Did you read the GPT-2 paper? Frankly the english examples therein are much more impressive than this, and this certainly seems within the realm of possibility for GPT-2 based on some of the other emergent behavior of the model (e.g. inadvertent french translation skills)

chadbennett · on Feb 26, 2019

Motivated by this post, I decided to test it out. It's impressive how powerful the software is even with the limitations. I made a simple tutorial on how to test GPT-2 out for yourself at https://medium.com/heroic-com/how-to-quickly-generate-full-a...

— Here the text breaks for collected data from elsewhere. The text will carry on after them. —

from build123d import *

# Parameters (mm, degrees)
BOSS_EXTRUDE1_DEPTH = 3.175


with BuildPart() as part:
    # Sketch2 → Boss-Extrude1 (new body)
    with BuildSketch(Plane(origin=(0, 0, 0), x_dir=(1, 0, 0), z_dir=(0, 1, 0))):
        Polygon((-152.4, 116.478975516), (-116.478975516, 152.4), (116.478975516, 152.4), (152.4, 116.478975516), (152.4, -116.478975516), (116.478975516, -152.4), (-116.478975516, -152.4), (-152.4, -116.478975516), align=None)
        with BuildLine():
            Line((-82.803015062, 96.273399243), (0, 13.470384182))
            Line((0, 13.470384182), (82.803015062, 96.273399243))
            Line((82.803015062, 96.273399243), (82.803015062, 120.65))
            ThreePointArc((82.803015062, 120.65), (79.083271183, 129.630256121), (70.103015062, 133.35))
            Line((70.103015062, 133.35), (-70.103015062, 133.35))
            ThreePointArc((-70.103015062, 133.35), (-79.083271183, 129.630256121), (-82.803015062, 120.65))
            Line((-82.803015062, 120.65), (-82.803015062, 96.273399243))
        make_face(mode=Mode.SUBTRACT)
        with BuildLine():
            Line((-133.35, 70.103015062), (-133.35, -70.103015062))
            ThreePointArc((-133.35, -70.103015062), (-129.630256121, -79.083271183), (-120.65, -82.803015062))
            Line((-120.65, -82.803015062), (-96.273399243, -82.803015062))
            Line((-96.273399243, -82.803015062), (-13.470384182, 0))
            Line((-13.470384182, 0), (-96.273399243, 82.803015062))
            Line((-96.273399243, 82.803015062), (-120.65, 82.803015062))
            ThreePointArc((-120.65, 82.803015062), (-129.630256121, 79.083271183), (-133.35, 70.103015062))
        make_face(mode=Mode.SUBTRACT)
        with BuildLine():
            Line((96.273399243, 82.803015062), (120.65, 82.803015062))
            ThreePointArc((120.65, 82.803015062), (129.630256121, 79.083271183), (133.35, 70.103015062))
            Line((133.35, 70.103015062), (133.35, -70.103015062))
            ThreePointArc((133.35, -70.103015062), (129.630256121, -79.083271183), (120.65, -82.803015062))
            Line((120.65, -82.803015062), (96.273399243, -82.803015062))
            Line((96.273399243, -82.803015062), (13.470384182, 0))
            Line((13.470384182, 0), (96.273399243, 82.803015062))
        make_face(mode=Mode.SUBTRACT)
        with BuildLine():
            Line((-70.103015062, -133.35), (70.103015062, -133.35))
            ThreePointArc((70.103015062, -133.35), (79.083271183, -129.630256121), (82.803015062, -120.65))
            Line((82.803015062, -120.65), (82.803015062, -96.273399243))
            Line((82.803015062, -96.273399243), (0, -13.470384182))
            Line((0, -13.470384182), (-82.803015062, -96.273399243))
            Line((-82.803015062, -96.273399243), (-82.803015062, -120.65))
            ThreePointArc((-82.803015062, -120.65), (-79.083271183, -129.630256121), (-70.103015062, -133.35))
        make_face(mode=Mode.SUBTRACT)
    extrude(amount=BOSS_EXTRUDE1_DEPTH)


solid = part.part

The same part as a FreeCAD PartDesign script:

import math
import FreeCAD as App
import Part
import Sketcher
from FreeCAD import Vector
Q = App.Units.Quantity

doc = App.newDocument("Part")
body = doc.addObject("PartDesign::Body", "Body")

sketch1 = body.newObject("Sketcher::SketchObject", "Sketch")
sketch1.AttachmentSupport = (doc.getObject("XZ_Plane"), [""])
sketch1.MapMode = "FlatFace"
sketch1.addGeometry(Part.LineSegment(Vector(-116, -152, 0), Vector(-152, -116, 0)), False)
sketch1.addGeometry(Part.LineSegment(Vector(-152, -116, 0), Vector(-152, 116, 0)), False)
sketch1.addGeometry(Part.LineSegment(Vector(-152, 116, 0), Vector(-116, 152, 0)), False)
sketch1.addGeometry(Part.LineSegment(Vector(-116, 152, 0), Vector(116, 152, 0)), False)
sketch1.addGeometry(Part.LineSegment(Vector(116, 152, 0), Vector(152, 116, 0)), False)
sketch1.addGeometry(Part.LineSegment(Vector(152, 116, 0), Vector(152, -116, 0)), False)
sketch1.addGeometry(Part.LineSegment(Vector(152, -116, 0), Vector(116, -152, 0)), False)
sketch1.addGeometry(Part.LineSegment(Vector(116, -152, 0), Vector(-116, -152, 0)), False)
sketch1.addGeometry(Part.ArcOfCircle(Part.Circle(Vector(-70, 121, 0), Vector(0, 0, 1), 13), math.radians(90), math.radians(180)), False)
sketch1.addGeometry(Part.LineSegment(Vector(-83, 121, 0), Vector(-83, 96, 0)), False)
sketch1.addGeometry(Part.LineSegment(Vector(-83, 96, 0), Vector(0, 13, 0)), False)
sketch1.addGeometry(Part.LineSegment(Vector(0, 13, 0), Vector(83, 96, 0)), False)
sketch1.addGeometry(Part.LineSegment(Vector(83, 96, 0), Vector(83, 121, 0)), False)
sketch1.addGeometry(Part.ArcOfCircle(Part.Circle(Vector(70, 121, 0), Vector(0, 0, 1), 13), math.radians(0), math.radians(90)), False)
sketch1.addGeometry(Part.LineSegment(Vector(70, 133, 0), Vector(-70, 133, 0)), False)
sketch1.addGeometry(Part.LineSegment(Vector(96, -83, 0), Vector(121, -83, 0)), False)
sketch1.addGeometry(Part.ArcOfCircle(Part.Circle(Vector(121, -70, 0), Vector(0, 0, 1), 13), math.radians(-90), math.radians(0)), False)
sketch1.addGeometry(Part.LineSegment(Vector(133, -70, 0), Vector(133, 70, 0)), False)
sketch1.addGeometry(Part.ArcOfCircle(Part.Circle(Vector(121, 70, 0), Vector(0, 0, 1), 13), math.radians(0), math.radians(90)), False)
sketch1.addGeometry(Part.LineSegment(Vector(121, 83, 0), Vector(96, 83, 0)), False)
sketch1.addGeometry(Part.LineSegment(Vector(96, 83, 0), Vector(13, 0, 0)), False)
sketch1.addGeometry(Part.LineSegment(Vector(13, 0, 0), Vector(96, -83, 0)), False)
sketch1.addGeometry(Part.ArcOfCircle(Part.Circle(Vector(-121, -70, 0), Vector(0, 0, 1), 13), math.radians(180), math.radians(270)), False)
sketch1.addGeometry(Part.LineSegment(Vector(-121, -83, 0), Vector(-96, -83, 0)), False)
sketch1.addGeometry(Part.LineSegment(Vector(-96, -83, 0), Vector(-13, 0, 0)), False)
sketch1.addGeometry(Part.LineSegment(Vector(-13, 0, 0), Vector(-96, 83, 0)), False)
sketch1.addGeometry(Part.LineSegment(Vector(-96, 83, 0), Vector(-121, 83, 0)), False)
sketch1.addGeometry(Part.ArcOfCircle(Part.Circle(Vector(-121, 70, 0), Vector(0, 0, 1), 13), math.radians(90), math.radians(180)), False)
sketch1.addGeometry(Part.LineSegment(Vector(-133, 70, 0), Vector(-133, -70, 0)), False)
sketch1.addGeometry(Part.LineSegment(Vector(-83, -96, 0), Vector(-83, -121, 0)), False)
sketch1.addGeometry(Part.ArcOfCircle(Part.Circle(Vector(-70, -121, 0), Vector(0, 0, 1), 13), math.radians(180), math.radians(270)), False)
sketch1.addGeometry(Part.LineSegment(Vector(-70, -133, 0), Vector(70, -133, 0)), False)
sketch1.addGeometry(Part.ArcOfCircle(Part.Circle(Vector(70, -121, 0), Vector(0, 0, 1), 13), math.radians(-90), math.radians(0)), False)
sketch1.addGeometry(Part.LineSegment(Vector(83, -121, 0), Vector(83, -96, 0)), False)
sketch1.addGeometry(Part.LineSegment(Vector(83, -96, 0), Vector(0, -13, 0)), False)
sketch1.addGeometry(Part.LineSegment(Vector(0, -13, 0), Vector(-83, -96, 0)), False)
sketch1.addConstraint(Sketcher.Constraint("Coincident", 0, 2, 1, 1))
sketch1.addConstraint(Sketcher.Constraint("Coincident", 1, 2, 2, 1))
sketch1.addConstraint(Sketcher.Constraint("Coincident", 2, 2, 3, 1))
sketch1.addConstraint(Sketcher.Constraint("Coincident", 3, 2, 4, 1))
sketch1.addConstraint(Sketcher.Constraint("Coincident", 4, 2, 5, 1))
sketch1.addConstraint(Sketcher.Constraint("Coincident", 5, 2, 6, 1))
sketch1.addConstraint(Sketcher.Constraint("Coincident", 6, 2, 7, 1))
sketch1.addConstraint(Sketcher.Constraint("Coincident", 7, 2, 0, 1))
sketch1.addConstraint(Sketcher.Constraint("Tangent", 8, 2, 9, 1))
sketch1.addConstraint(Sketcher.Constraint("Coincident", 9, 2, 10, 1))
sketch1.addConstraint(Sketcher.Constraint("Coincident", 10, 2, 11, 1))
sketch1.addConstraint(Sketcher.Constraint("Coincident", 11, 2, 12, 1))
sketch1.addConstraint(Sketcher.Constraint("Tangent", 12, 2, 13, 1))
sketch1.addConstraint(Sketcher.Constraint("Tangent", 13, 2, 14, 1))
sketch1.addConstraint(Sketcher.Constraint("Tangent", 14, 2, 8, 1))
sketch1.addConstraint(Sketcher.Constraint("Tangent", 15, 2, 16, 1))
sketch1.addConstraint(Sketcher.Constraint("Tangent", 16, 2, 17, 1))
sketch1.addConstraint(Sketcher.Constraint("Tangent", 17, 2, 18, 1))
sketch1.addConstraint(Sketcher.Constraint("Tangent", 18, 2, 19, 1))
sketch1.addConstraint(Sketcher.Constraint("Coincident", 19, 2, 20, 1))
sketch1.addConstraint(Sketcher.Constraint("Coincident", 20, 2, 21, 1))
sketch1.addConstraint(Sketcher.Constraint("Coincident", 21, 2, 15, 1))
sketch1.addConstraint(Sketcher.Constraint("Tangent", 22, 2, 23, 1))
sketch1.addConstraint(Sketcher.Constraint("Coincident", 23, 2, 24, 1))
sketch1.addConstraint(Sketcher.Constraint("Coincident", 24, 2, 25, 1))
sketch1.addConstraint(Sketcher.Constraint("Coincident", 25, 2, 26, 1))
sketch1.addConstraint(Sketcher.Constraint("Tangent", 26, 2, 27, 1))
sketch1.addConstraint(Sketcher.Constraint("Tangent", 27, 2, 28, 1))
sketch1.addConstraint(Sketcher.Constraint("Tangent", 28, 2, 22, 1))
sketch1.addConstraint(Sketcher.Constraint("Tangent", 29, 2, 30, 1))
sketch1.addConstraint(Sketcher.Constraint("Tangent", 30, 2, 31, 1))
sketch1.addConstraint(Sketcher.Constraint("Tangent", 31, 2, 32, 1))
sketch1.addConstraint(Sketcher.Constraint("Tangent", 32, 2, 33, 1))
sketch1.addConstraint(Sketcher.Constraint("Coincident", 33, 2, 34, 1))
sketch1.addConstraint(Sketcher.Constraint("Coincident", 34, 2, 35, 1))
sketch1.addConstraint(Sketcher.Constraint("Coincident", 35, 2, 29, 1))
sketch1.addConstraint(Sketcher.Constraint("Vertical", 1))
sketch1.addConstraint(Sketcher.Constraint("Horizontal", 3))
sketch1.addConstraint(Sketcher.Constraint("Vertical", 5))
sketch1.addConstraint(Sketcher.Constraint("Horizontal", 7))
sketch1.addConstraint(Sketcher.Constraint("Vertical", 9))
sketch1.addConstraint(Sketcher.Constraint("Vertical", 12))
sketch1.addConstraint(Sketcher.Constraint("Horizontal", 14))
sketch1.addConstraint(Sketcher.Constraint("Horizontal", 15))
sketch1.addConstraint(Sketcher.Constraint("Vertical", 17))
sketch1.addConstraint(Sketcher.Constraint("Horizontal", 19))
sketch1.addConstraint(Sketcher.Constraint("Horizontal", 23))
sketch1.addConstraint(Sketcher.Constraint("Horizontal", 26))
sketch1.addConstraint(Sketcher.Constraint("Vertical", 28))
sketch1.addConstraint(Sketcher.Constraint("Vertical", 29))
sketch1.addConstraint(Sketcher.Constraint("Horizontal", 31))
sketch1.addConstraint(Sketcher.Constraint("Vertical", 33))
sketch1.addConstraint(Sketcher.Constraint("Equal", 8, 13))
sketch1.addConstraint(Sketcher.Constraint("Equal", 13, 16))
sketch1.addConstraint(Sketcher.Constraint("Equal", 16, 18))
sketch1.addConstraint(Sketcher.Constraint("Equal", 18, 22))
sketch1.addConstraint(Sketcher.Constraint("Equal", 22, 27))
sketch1.addConstraint(Sketcher.Constraint("Equal", 27, 30))
sketch1.addConstraint(Sketcher.Constraint("Equal", 30, 32))
sketch1.addConstraint(Sketcher.Constraint("Symmetric", 18, 3, 22, 3, -1, 1))
sketch1.addConstraint(Sketcher.Constraint("Symmetric", 13, 3, 30, 3, -1, 1))
sketch1.addConstraint(Sketcher.Constraint("Symmetric", 0, 2, 4, 2, -1, 1))
sketch1.addConstraint(Sketcher.Constraint("Symmetric", 2, 2, 6, 2, -1, 1))
sketch1.addConstraint(Sketcher.Constraint("Symmetric", 20, 2, 24, 2, -1, 1))
sketch1.addConstraint(Sketcher.Constraint("Symmetric", 21, 2, 25, 2, -1, 1))
sketch1.addConstraint(Sketcher.Constraint("Symmetric", 9, 2, 33, 2, -1, 1))
sketch1.addConstraint(Sketcher.Constraint("Symmetric", 10, 2, 34, 2, -1, 1))
sketch1.addConstraint(Sketcher.Constraint("Symmetric", 9, 2, 11, 2, -2))
sketch1.addConstraint(Sketcher.Constraint("Symmetric", 21, 2, 23, 2, -2))
sketch1.addConstraint(Sketcher.Constraint("PointOnObject", 10, 2, -2))
sketch1.addConstraint(Sketcher.Constraint("PointOnObject", 20, 2, -1))
sketch1.addConstraint(Sketcher.Constraint("Perpendicular", 0, 2))
sketch1.addConstraint(Sketcher.Constraint("Perpendicular", 2, 4))
sketch1.addConstraint(Sketcher.Constraint("Perpendicular", 4, 6))
sketch1.addConstraint(Sketcher.Constraint("Perpendicular", 6, 10))
sketch1.addConstraint(Sketcher.Constraint("Perpendicular", 10, 11))
sketch1.addConstraint(Sketcher.Constraint("Parallel", 11, 20))
sketch1.addConstraint(Sketcher.Constraint("Perpendicular", 20, 21))
sketch1.addConstraint(Sketcher.Constraint("Perpendicular", 34, 35))
sketch1.addConstraint(Sketcher.Constraint("Horizontal", 1, 2, 4, 2))
sketch1.addConstraint(Sketcher.Constraint("Equal", 7, 1))
sketch1.addConstraint(Sketcher.Constraint("Equal", 26, 9))
sketch1.addConstraint(Sketcher.Constraint("Equal", 31, 17))
sketch1.addConstraint(Sketcher.Constraint("Radius", 8, Q("0.5 in")))
sketch1.addConstraint(Sketcher.Constraint("Distance", 0, Q("2 in")))
sketch1.addConstraint(Sketcher.Constraint("DistanceX", 0, 2, -1, 1, Q("6 in")))
sketch1.addConstraint(Sketcher.Constraint("DistanceX", 22, 3, 16, 3, Q("9.5 in")))
sketch1.addConstraint(Sketcher.Constraint("DistanceY", 30, 3, 8, 3, Q("9.5 in")))
sketch1.addConstraint(Sketcher.Constraint("DistanceX", 15, 1, 15, 2, Q("24.376601 mm")))
sketch1.addConstraint(Sketcher.Constraint("DistanceX", 14, 2, 14, 1, Q("140.20603 mm")))
pad1 = body.newObject("PartDesign::Pad", "Pad")
pad1.Profile = sketch1
pad1.Length = Q("0.125 in")
pad1.Reversed = True

doc.recompute()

scrollaway · on Feb 26, 2019

Important note: The AI did not generate that exact version of the code. It was almost syntactically correct. Here's the diff:

https://gist.github.com/moyix/dda9c3180198fcb68ad64c3e6bc7af...

yorwba · on Feb 26, 2019

Also, the original in https://raw.githubusercontent.com/openai/gpt-2/master/gpt-2-... has two more lines.

The first

// web/application/handlers/add-full-no-app-directly.md (1071 bytes)

and the last

public function registerPipeHandlerInterceptor

kodablah · on Feb 26, 2019

Can someone shed more light behind this? What is the true source? Was it generated via the unreleased full model by an OpenAI employee? Or did someone generate it with the released "smaller model"? Can we, the curious public, see the model and replicate the results?

moyix · on Feb 28, 2019

I found it while browsing the "raw" samples generated by the full-sized model. You can read through them all here:

https://raw.githubusercontent.com/openai/gpt-2/master/gpt-2-...

The PHP sample is Sample 195.

beager · on Feb 26, 2019

This makes me think that something like Stack Overflow could be used to train a model that generates code to answer a question—and that software specifications that are decomposed into a series of requirements or "questions" could be fed into this model to produce code that's equivalent to a team of remote contractors.

Your model would be based on NLP/votes of the questions, NLP/votes of the answers, and separating the text from the code in both.

The fact that many markdown/code formatting tools have you select the language for syntax highlighting is useful for classifying code as well.

scrollaway · on Feb 26, 2019

Finally, StackSort (https://xkcd.com/1185/) could actually be useful in a real world application.

52-6F-62 · on Feb 26, 2019

My god—the JOBINTERVIEWQUICKSORT is just brilliant.

rbrtdrmpc- · on Feb 26, 2019

Look ma, no Laravel

gambler · on Feb 26, 2019

BTW, I would like to point you to the MIT's project Genesis as an example of what a rule-based text comprehension system could do almost a decade ago.